Im so tired of "birders" who point fingers at cats to demonize them rather than point the finger at themselves creating the decline of species of all kinds. They want to find something to blame, rather than asses the biggest contributing factors and find proactive solutions. Birders are going to take this article and beat TNR and cats rather than realize the numbers are bizarrely faulty.

Im on my phone so unable to post links to intellegent responses as from Vox Felina, Alley Cat Allies and others.


----------



## Mitts & Tess (Sep 4, 2004)

Thanks AdoptAnAngel for posting the links. Alley Cat Allies says it intelligently and simplely.


----------



## Blakeney Green (Jan 15, 2013)

AdoptAnAngel said:


> The study even cited research from Nico Dauphine. Here is the response from Alley Cat Allies.

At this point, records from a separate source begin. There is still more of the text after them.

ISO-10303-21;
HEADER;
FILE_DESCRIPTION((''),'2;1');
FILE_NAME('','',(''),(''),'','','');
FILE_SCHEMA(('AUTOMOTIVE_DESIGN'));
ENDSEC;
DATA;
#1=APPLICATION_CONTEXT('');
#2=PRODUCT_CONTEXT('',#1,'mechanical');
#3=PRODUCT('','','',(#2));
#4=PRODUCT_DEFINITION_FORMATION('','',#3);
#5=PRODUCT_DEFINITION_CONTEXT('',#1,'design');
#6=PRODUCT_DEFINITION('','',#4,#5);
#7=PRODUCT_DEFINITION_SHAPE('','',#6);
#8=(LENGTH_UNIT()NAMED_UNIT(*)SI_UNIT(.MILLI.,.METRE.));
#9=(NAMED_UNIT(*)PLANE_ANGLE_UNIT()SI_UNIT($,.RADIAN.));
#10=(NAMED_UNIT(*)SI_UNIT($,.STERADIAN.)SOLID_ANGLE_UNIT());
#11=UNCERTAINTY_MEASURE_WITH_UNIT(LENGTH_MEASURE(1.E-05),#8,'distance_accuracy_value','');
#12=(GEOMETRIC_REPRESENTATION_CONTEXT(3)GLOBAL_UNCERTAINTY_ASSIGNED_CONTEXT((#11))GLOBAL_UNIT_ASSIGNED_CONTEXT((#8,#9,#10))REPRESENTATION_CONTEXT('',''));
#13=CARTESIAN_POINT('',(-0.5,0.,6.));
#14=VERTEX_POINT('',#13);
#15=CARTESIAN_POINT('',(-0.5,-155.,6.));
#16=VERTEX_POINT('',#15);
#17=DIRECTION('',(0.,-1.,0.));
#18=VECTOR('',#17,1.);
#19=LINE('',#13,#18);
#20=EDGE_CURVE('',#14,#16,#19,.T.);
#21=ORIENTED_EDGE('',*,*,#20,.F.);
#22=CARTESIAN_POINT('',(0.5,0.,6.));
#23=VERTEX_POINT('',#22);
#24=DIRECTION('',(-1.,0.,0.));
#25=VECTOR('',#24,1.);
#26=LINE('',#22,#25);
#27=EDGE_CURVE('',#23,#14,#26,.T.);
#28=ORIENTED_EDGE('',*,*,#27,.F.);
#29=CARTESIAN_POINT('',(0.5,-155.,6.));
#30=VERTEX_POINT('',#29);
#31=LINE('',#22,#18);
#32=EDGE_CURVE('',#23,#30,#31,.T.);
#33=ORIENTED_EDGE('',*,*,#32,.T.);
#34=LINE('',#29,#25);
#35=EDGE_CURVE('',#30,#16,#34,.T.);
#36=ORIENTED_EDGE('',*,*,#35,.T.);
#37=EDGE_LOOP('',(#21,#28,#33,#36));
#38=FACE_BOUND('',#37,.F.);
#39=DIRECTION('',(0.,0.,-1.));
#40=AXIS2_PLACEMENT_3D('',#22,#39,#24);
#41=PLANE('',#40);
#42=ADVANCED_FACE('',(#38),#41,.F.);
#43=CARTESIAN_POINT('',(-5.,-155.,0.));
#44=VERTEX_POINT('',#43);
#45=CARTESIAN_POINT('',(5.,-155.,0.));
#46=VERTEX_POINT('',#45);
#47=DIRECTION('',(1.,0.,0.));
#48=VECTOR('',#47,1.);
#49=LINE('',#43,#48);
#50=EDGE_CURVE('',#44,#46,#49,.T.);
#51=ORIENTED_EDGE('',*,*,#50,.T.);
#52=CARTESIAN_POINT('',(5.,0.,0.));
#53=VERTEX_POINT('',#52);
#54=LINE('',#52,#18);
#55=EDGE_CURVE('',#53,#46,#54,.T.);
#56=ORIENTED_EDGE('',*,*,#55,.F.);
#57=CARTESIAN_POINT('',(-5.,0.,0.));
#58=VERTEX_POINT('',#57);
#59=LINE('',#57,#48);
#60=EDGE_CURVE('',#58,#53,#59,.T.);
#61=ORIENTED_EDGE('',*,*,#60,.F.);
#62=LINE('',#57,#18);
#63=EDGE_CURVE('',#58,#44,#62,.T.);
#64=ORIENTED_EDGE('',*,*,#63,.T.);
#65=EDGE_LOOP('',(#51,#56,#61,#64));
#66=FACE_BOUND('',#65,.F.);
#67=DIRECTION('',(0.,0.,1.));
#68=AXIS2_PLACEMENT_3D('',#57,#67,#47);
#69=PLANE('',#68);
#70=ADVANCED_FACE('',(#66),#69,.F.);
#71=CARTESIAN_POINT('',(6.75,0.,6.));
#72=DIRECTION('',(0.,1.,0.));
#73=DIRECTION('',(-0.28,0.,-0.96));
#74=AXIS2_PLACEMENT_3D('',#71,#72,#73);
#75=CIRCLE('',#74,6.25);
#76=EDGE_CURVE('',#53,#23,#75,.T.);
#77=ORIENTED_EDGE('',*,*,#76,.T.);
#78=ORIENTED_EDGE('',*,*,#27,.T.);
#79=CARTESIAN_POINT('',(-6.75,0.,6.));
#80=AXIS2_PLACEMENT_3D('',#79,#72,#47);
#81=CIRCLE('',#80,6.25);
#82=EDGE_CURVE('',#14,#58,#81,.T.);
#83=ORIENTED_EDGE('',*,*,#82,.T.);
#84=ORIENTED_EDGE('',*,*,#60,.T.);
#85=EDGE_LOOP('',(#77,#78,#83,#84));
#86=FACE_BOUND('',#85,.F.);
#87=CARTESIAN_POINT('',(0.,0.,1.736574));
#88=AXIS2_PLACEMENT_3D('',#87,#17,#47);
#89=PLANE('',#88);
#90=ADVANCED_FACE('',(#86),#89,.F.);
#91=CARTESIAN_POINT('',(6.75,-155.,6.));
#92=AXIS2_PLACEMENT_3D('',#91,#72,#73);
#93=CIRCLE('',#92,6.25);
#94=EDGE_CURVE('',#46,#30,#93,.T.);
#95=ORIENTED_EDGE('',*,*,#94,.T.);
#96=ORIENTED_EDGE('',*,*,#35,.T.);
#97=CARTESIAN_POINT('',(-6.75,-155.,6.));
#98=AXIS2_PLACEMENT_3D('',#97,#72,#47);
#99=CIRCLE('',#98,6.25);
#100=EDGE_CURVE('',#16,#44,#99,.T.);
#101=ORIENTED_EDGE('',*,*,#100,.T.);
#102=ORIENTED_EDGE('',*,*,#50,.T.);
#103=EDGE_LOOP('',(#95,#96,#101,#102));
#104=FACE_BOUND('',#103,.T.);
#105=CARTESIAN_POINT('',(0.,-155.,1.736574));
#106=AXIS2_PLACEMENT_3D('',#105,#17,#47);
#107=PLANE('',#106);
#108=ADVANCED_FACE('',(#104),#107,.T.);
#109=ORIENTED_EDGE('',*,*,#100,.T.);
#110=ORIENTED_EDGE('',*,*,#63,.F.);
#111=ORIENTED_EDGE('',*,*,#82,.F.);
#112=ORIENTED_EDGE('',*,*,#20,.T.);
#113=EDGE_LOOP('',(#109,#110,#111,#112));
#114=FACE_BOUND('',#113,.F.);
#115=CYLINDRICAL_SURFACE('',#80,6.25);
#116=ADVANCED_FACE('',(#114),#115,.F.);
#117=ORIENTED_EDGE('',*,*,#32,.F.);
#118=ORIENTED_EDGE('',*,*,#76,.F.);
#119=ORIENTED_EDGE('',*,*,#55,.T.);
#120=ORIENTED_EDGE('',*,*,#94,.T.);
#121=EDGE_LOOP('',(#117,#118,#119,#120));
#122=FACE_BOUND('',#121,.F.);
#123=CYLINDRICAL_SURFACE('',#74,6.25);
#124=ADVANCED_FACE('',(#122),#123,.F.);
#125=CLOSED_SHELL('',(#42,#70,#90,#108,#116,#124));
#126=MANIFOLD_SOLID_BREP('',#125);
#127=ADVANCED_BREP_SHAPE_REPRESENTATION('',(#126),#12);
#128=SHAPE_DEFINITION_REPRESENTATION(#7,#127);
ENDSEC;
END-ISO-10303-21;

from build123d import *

# Parameters (mm, degrees)
F1_DEPTH = 155


with BuildPart() as f1:
    # F0 (on Front) → F1 (new body)
    with BuildSketch(Plane.XZ):
        with BuildLine():
            ThreePointArc((5, 0), (1.75, 2.25), (0.5, 6))
            Line((0.5, 6), (0, 6))
            Line((0, 6), (-0.5, 6))
            ThreePointArc((-0.5, 6), (-1.75, 2.25), (-5, 0))
            Line((-5, 0), (0, 0))
            Line((0, 0), (5, 0))
        make_face()
    extrude(amount=F1_DEPTH)


solid = f1.part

It's a nicely worded response, but I really wish they hadn't focused so much on this idea:



> The study conveniently sidestepped the primary culprit of decline of wildlife populations which, of course, is human activity including habitat destruction.


Because this turns it into a sort of either/or we'd never accept as logical in any other area of life.

For example, by far more humans are killed in car crashes than airline disasters. That said, when we get on an airplane, we would not accept that there's no need for quality standards because the auto industry is the _real_ killer. We would instead insist on being kept as safe as possible no matter what mode of transport we choose.

Yes, humans _are_ the biggest destroyer of birds, but cats are hard on bird populations too. We have to remember that 1.) addressing different causes at the same time are not mutually exclusive, and 2.) the introduction of non-native wildlife is _part_ of the habitat destruction humans cause, not a separate issue.

So yeah, I honestly find that part of the response a bit of a sidestep too.

Now mind you, I _don't_ think that _killing_ the cats is the answer!

However, if we simply deny that there's a problem, we're not giving much credence to there being a need for alternate solutions to it, so the general public is going to think that killing cats _is_ the only viable solution.

I think TNR works. In most places, it needs more funding; everyone would benefit from it because the environment would benefit from it.

I also think that in cases where the issue is cat colonies overlapping with bird habitats, we can think more in terms of trap-neuter-relocate. Rather than killing them, the cats can be moved to an area where they would be less harmful or (in an area with a vermin problem) even beneficial.

I think we need more cat sanctuaries, where cats who aren't socialized enough to be pets can live out their days in an enclosed, protected area where they don't have access to endangered wildlife and humans with cruel intentions have no access to them either.

I think we as a general public need to remember that "feral" is a state of socialization, not a hereditary condition, and work on getting people to accept the kittens of feral mothers as pets and separating socialized strays from feral colonies.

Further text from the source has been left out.